What does a mortgage loan entail?

Mortgage loans have different moving parts that make them function. These components include the following:

  • Principal and interest: The principal amount refers to the total amount that has been issued by the lender to the borrower. This amount is paid back in full to the lender over a long period of time. However, this is not the only repayment that borrowers must make. Borrowers must pay interest over and above the principal amount repayment.
  • Taxes: Lenders may collect a property tax next to the loan repayment. This may be held in a third-party escrow account until the property tax bill is due to pay it on behalf of the lender.
  • Insurance: Homeowner insurance offers coverage against damages caused from natural calamities as well as accidents. This may be required by lenders, who would make the insurance bill payments out of the escrow accounts.
  • Mortgage Insurance: This insurance is a safety net in case the borrower defaults from the repayments. This insurance may be added to the monthly mortgage statement.

What are the different interest rates offered on mortgage loans?

There are two types of mortgages offered based on the type of interest rate charged by the lender. These include:

  1. Fixed-rate Mortgages: Here, the interest rate does not vary over time. A fixed rate of interest is agreed upon beforehand. Most of the mortgages are fixed-rate mortgages. Fixed interest rates may be offered against short term loans. On the other hand, long term loans may not allow fixed interest rates. The types of mortgages offer predictable set of payments each month. This means that borrowers already know how much they must pay beforehand.

A fixed-rate loan may be a better option when one is settled into his or her career and prefers paying only a fixed amount each month.

  1. Adjustable Rates: Adjustable rates include a fixed interest rate period that lasts for about 5, 7 or 10 years, followed by varying rates. This short-term period functions like a fixed-rate mortgage. However, once it completes, interest rate must adjust up or down once per year, depending on the market. Thus, these market changes can affect monthly payments.

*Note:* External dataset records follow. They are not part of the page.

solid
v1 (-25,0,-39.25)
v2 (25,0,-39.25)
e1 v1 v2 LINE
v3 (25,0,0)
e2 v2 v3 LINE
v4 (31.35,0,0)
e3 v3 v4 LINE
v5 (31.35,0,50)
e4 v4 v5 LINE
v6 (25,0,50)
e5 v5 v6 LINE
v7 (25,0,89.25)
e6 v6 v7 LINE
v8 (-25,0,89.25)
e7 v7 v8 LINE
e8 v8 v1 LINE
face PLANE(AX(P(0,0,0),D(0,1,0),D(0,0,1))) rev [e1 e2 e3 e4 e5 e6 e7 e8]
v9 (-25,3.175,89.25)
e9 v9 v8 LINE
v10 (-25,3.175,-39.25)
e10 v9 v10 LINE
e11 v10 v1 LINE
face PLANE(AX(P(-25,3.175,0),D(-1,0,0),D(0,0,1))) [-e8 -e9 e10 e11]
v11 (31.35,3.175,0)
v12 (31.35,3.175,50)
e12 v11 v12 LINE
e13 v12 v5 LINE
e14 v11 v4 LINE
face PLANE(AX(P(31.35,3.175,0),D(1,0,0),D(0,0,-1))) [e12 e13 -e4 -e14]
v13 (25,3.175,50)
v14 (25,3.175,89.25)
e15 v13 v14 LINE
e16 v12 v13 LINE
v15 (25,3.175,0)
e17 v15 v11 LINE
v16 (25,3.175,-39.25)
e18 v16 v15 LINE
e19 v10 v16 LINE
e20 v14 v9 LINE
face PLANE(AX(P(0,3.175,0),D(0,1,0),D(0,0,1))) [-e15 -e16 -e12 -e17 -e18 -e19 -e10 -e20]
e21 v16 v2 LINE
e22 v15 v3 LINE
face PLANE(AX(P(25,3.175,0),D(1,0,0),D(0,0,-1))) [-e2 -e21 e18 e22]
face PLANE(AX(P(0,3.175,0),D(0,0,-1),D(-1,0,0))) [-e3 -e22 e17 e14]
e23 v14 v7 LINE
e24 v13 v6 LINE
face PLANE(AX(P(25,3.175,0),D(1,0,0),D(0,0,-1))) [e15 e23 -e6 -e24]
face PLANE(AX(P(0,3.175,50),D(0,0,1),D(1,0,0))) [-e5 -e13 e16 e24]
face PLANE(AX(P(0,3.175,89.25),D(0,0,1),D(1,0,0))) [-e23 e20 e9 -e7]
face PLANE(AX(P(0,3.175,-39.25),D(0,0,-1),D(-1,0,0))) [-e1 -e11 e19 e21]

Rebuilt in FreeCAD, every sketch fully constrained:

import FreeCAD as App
import Part
import Sketcher

V = App.Vector
Q = App.Units.Quantity

doc = App.newDocument("Part")
params = doc.addObject("Spreadsheet::Sheet", "Params")
for row, (alias, value) in enumerate([
    ("sketch1_width", "50 mm"),
    ("sketch1_height", "128.5 mm"),
    ("sketch1_width2", "6.35 mm"),
    ("pad1_length", "3.175 mm"),
], start=1):
    params.set(f"A{row}", alias)
    params.set(f"B{row}", "=" + value)
    params.setAlias(f"B{row}", alias)

body = doc.addObject("PartDesign::Body", "Body")

# Sketch on XZ plane
sketch1 = body.newObject("Sketcher::SketchObject", "Sketch")
sketch1.AttachmentSupport = (doc.getObject("XZ_Plane"), [""])
sketch1.MapMode = "FlatFace"
sketch1.addGeometry([
    Part.LineSegment(V(-25, -39.25, 0), V(-25, 89.25, 0)),  # 0
    Part.LineSegment(V(-25, 89.25, 0), V(25, 89.25, 0)),  # 1
    Part.LineSegment(V(25, 89.25, 0), V(25, 50, 0)),  # 2
    Part.LineSegment(V(25, 50, 0), V(31.35, 50, 0)),  # 3
    Part.LineSegment(V(31.35, 50, 0), V(31.35, 0, 0)),  # 4
    Part.LineSegment(V(31.35, 0, 0), V(25, 0, 0)),  # 5
    Part.LineSegment(V(25, 0, 0), V(25, -39.25, 0)),  # 6
    Part.LineSegment(V(25, -39.25, 0), V(-25, -39.25, 0)),  # 7
], False)
sketch1.addConstraint([
    Sketcher.Constraint("Coincident", 0, 2, 1, 1),
    Sketcher.Constraint("Coincident", 1, 2, 2, 1),
    Sketcher.Constraint("Coincident", 2, 2, 3, 1),
    Sketcher.Constraint("Coincident", 3, 2, 4, 1),
    Sketcher.Constraint("Coincident", 4, 2, 5, 1),
    Sketcher.Constraint("Coincident", 5, 2, 6, 1),
    Sketcher.Constraint("Coincident", 6, 2, 7, 1),
    Sketcher.Constraint("Coincident", 7, 2, 0, 1),
    Sketcher.Constraint("Vertical", 0),
    Sketcher.Constraint("Horizontal", 1),
    Sketcher.Constraint("Vertical", 2),
    Sketcher.Constraint("Horizontal", 3),
    Sketcher.Constraint("Vertical", 4),
    Sketcher.Constraint("Horizontal", 5),
    Sketcher.Constraint("Vertical", 6),
    Sketcher.Constraint("Horizontal", 7),
    Sketcher.Constraint("PointOnObject", 4, 2, -1),
    Sketcher.Constraint("Vertical", 2, 2, 5, 2),
    Sketcher.Constraint("Equal", 7, 4),
    Sketcher.Constraint("Equal", 2, 6),
    Sketcher.Constraint("DistanceX", 1, 1, 1, 2, Q("50 mm")),
    Sketcher.Constraint("DistanceY", 0, 1, 0, 2, Q("128.5 mm")),
    Sketcher.Constraint("DistanceX", 0, 2, -1, 1, Q("25 mm")),
    Sketcher.Constraint("DistanceX", 3, 1, 3, 2, Q("6.35 mm")),
])
sketch1.setExpression("Constraints[20]", "Params.sketch1_width")
sketch1.setExpression("Constraints[21]", "Params.sketch1_height")
sketch1.setExpression("Constraints[23]", "Params.sketch1_width2")
pad1 = body.newObject("PartDesign::Pad", "Pad")
pad1.Profile = sketch1
pad1.setExpression("Length", "Params.pad1_length")
pad1.Reversed = True

doc.recompute()
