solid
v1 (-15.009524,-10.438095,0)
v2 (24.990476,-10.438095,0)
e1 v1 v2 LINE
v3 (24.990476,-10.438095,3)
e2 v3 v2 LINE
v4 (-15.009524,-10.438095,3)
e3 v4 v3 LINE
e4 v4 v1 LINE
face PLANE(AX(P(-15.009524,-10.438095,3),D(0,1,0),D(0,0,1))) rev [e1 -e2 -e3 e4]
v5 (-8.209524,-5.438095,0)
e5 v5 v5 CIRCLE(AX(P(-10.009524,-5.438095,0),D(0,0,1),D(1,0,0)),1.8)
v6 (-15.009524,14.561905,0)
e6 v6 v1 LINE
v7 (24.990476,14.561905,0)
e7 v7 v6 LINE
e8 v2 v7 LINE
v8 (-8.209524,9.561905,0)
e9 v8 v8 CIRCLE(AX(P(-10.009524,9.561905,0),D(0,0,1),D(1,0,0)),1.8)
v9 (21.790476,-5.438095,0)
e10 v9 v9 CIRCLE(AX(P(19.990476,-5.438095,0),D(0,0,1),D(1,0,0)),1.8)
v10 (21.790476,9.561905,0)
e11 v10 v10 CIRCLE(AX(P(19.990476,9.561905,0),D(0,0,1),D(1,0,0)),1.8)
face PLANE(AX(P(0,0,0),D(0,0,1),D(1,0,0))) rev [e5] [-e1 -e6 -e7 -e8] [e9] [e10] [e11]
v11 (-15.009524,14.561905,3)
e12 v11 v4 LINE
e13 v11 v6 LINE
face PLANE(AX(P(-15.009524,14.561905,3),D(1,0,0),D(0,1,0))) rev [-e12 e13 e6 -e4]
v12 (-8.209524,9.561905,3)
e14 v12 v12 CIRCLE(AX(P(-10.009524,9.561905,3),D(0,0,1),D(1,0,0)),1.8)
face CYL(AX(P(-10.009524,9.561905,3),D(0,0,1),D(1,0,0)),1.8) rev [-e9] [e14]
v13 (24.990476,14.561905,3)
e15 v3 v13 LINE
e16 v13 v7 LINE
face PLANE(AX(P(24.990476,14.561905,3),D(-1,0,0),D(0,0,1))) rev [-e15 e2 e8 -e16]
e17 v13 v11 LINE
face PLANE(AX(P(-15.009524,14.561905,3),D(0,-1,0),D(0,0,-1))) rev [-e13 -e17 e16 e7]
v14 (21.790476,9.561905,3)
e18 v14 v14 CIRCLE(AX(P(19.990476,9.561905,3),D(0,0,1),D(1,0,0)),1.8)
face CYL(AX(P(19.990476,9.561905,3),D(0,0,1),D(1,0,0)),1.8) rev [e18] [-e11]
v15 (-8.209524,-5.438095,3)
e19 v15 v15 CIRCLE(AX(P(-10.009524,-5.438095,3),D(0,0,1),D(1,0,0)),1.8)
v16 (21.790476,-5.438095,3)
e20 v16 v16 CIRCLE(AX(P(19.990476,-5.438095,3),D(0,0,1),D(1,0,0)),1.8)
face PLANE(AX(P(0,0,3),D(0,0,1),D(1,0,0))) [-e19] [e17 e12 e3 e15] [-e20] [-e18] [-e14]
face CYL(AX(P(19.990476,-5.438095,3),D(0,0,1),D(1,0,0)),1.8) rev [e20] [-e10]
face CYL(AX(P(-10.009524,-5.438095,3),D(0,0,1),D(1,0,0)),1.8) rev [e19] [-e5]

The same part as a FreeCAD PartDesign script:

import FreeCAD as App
import Part
import Sketcher

V = App.Vector
Q = App.Units.Quantity


def add_polygon(sketch, points):
    """Adds a closed chain of lines whose ends are joined by coincident constraints."""
    first, n = sketch.GeometryCount, len(points)
    for a, b in zip(points, points[1:] + points[:1]):
        sketch.addGeometry(Part.LineSegment(App.Vector(*a, 0), App.Vector(*b, 0)), False)
    for i in range(n):
        sketch.addConstraint(Sketcher.Constraint("Coincident", first + i, 2, first + (i + 1) % n, 1))

doc = App.newDocument("Part")
body = doc.addObject("PartDesign::Body", "Body")

# Sketch on XY plane
sketch1 = doc.addObject("Sketcher::SketchObject", "Sketch")
body.addObject(sketch1)
sketch1.AttachmentSupport = (doc.XY_Plane, [""])
sketch1.MapMode = "FlatFace"
add_polygon(sketch1, [(-15, 15), (-15, -10), (25, -10), (25, 15)])  # lines 0-3
sketch1.addConstraint([
    Sketcher.Constraint("Vertical", 0),
    Sketcher.Constraint("Horizontal", 1),
    Sketcher.Constraint("Vertical", 2),
    Sketcher.Constraint("Horizontal", 3),
    Sketcher.Constraint("DistanceX", 1, 1, 1, 2, Q("40 mm")),
    Sketcher.Constraint("DistanceY", 0, 2, 0, 1, Q("25 mm")),
    Sketcher.Constraint("DistanceX", 0, 2, -1, 1, Q("15.009524 mm")),
    Sketcher.Constraint("DistanceY", 0, 2, -1, 1, Q("10.438095 mm")),
])
pad1 = doc.addObject("PartDesign::Pad", "Pad")
body.addObject(pad1)
pad1.Profile = sketch1
pad1.Length = 3

# Sketch on XY plane
sketch2 = doc.addObject("Sketcher::SketchObject", "Sketch001")
body.addObject(sketch2)
sketch2.AttachmentSupport = (doc.XY_Plane, [""])
sketch2.MapMode = "FlatFace"
sketch2.AttachmentOffset = App.Placement(V(0, 0, 3), App.Rotation())
sketch2.addGeometry([
    Part.Circle(V(20, 9.6, 0), V(0, 0, 1), 1.8),
    Part.Circle(V(-10, 9.6, 0), V(0, 0, 1), 1.8),
    Part.Circle(V(-10, -5.4, 0), V(0, 0, 1), 1.8),
    Part.Circle(V(20, -5.4, 0), V(0, 0, 1), 1.8),
], False)
sketch2.addConstraint([
    Sketcher.Constraint("Equal", 0, 1),
    Sketcher.Constraint("Equal", 1, 2),
    Sketcher.Constraint("Equal", 2, 3),
    Sketcher.Constraint("Horizontal", 0, 3, 1, 3),
    Sketcher.Constraint("Horizontal", 2, 3, 3, 3),
    Sketcher.Constraint("Vertical", 1, 3, 2, 3),
    Sketcher.Constraint("Vertical", 0, 3, 3, 3),
    Sketcher.Constraint("Diameter", 0, Q("3.6 mm")),
    Sketcher.Constraint("DistanceX", 1, 3, 0, 3, Q("30 mm")),
    Sketcher.Constraint("DistanceY", 2, 3, 1, 3, Q("15 mm")),
    Sketcher.Constraint("DistanceX", -1, 1, 0, 3, Q("19.990476 mm")),
    Sketcher.Constraint("DistanceY", -1, 1, 0, 3, Q("9.561905 mm")),
])
doc.recompute()
hole = doc.addObject("PartDesign::Hole", "Hole")
body.addObject(hole)
hole.Profile = sketch2
hole.ThreadType = "None"
hole.Diameter = 3.6
hole.DepthType = "ThroughAll"

doc.recompute()
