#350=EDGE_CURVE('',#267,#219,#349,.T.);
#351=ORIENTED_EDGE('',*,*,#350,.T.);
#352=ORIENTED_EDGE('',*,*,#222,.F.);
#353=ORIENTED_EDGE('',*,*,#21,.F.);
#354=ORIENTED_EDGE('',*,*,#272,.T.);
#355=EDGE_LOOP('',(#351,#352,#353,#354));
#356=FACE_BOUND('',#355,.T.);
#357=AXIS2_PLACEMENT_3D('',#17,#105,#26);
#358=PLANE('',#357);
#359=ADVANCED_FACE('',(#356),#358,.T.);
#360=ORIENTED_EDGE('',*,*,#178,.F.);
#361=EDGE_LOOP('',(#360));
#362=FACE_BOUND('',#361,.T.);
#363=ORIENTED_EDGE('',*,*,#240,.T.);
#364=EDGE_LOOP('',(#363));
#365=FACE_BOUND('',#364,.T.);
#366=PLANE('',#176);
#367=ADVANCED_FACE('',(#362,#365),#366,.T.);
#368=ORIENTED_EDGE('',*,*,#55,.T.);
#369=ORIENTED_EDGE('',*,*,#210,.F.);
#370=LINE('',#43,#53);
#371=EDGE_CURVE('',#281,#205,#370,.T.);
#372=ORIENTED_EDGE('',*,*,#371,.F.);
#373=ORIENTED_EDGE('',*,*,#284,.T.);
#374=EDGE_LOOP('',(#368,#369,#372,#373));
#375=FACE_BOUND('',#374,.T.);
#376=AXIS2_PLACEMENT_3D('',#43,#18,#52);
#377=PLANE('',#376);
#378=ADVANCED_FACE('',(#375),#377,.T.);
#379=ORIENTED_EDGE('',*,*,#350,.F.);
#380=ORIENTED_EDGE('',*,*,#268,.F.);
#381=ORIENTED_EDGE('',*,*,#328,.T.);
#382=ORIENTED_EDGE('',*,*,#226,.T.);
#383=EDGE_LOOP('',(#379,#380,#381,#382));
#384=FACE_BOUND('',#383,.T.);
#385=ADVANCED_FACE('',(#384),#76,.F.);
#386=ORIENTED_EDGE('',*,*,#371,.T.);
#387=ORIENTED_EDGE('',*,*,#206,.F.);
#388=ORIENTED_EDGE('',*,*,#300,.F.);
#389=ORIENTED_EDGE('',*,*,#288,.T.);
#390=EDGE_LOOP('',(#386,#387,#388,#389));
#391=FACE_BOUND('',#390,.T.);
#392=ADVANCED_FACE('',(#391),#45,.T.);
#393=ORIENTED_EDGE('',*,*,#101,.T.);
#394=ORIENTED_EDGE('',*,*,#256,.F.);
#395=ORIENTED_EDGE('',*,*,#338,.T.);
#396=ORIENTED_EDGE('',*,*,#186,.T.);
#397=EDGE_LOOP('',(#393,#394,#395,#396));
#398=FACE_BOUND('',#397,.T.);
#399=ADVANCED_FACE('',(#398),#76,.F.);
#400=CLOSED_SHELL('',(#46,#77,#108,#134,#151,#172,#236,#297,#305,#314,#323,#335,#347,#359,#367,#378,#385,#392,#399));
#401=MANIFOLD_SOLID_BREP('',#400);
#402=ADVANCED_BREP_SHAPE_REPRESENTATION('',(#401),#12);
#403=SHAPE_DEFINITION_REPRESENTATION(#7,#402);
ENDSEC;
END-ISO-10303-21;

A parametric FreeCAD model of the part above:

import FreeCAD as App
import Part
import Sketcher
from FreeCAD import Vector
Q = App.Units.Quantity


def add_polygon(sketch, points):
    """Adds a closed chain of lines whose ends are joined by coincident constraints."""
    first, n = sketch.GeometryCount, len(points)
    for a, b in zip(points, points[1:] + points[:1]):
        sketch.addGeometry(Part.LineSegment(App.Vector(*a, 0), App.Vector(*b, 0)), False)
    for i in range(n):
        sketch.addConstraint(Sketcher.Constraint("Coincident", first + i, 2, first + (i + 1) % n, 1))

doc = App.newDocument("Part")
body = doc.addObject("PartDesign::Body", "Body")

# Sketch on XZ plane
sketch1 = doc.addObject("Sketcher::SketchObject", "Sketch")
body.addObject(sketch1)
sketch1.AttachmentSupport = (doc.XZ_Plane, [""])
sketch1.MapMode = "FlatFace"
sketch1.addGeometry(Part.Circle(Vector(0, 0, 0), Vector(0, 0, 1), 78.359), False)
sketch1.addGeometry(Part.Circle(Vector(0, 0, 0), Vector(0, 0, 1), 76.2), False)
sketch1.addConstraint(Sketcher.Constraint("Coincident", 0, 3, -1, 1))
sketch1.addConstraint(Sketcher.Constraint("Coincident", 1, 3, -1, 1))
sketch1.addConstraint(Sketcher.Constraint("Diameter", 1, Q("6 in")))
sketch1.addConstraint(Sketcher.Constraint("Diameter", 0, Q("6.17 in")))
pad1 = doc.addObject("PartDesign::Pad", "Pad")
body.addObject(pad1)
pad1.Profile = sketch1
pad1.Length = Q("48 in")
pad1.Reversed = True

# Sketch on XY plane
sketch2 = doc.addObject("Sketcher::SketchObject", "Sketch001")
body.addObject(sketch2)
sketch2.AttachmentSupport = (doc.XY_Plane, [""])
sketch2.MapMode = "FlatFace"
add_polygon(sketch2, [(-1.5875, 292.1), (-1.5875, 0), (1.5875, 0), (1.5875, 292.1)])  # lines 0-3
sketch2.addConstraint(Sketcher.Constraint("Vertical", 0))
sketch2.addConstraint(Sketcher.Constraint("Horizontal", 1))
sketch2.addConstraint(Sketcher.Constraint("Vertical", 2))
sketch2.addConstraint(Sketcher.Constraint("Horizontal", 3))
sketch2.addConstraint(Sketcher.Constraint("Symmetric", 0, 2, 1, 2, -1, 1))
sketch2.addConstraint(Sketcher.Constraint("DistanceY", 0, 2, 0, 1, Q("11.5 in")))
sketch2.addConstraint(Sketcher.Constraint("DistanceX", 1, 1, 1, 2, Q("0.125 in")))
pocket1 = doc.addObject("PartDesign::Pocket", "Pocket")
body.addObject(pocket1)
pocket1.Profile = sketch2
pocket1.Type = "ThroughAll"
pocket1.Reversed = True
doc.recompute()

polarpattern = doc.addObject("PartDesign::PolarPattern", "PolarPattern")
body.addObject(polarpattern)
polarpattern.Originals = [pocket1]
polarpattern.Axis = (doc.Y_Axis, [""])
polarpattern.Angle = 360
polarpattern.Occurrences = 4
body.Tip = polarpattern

Adjustable-Rate Mortgages, or ARM, can be right for some borrowers who plan to move or refinance by the end of the fixed-rate period. This type of mortgage may allow access to lower interest rates than one could find on a fixed-rate loan otherwise.

How are mortgages different from a loan?

A loan may also include unsecured loans, which do not require collateral for financing the loan. Thus, any transaction that involves one party lending to another can be termed as a loan.

However, mortgages involve high sums of money and are secure loans involving collateral. They are typically used to finance a property, and it can be considered as a type of loan. But not all loans can be considered mortgages.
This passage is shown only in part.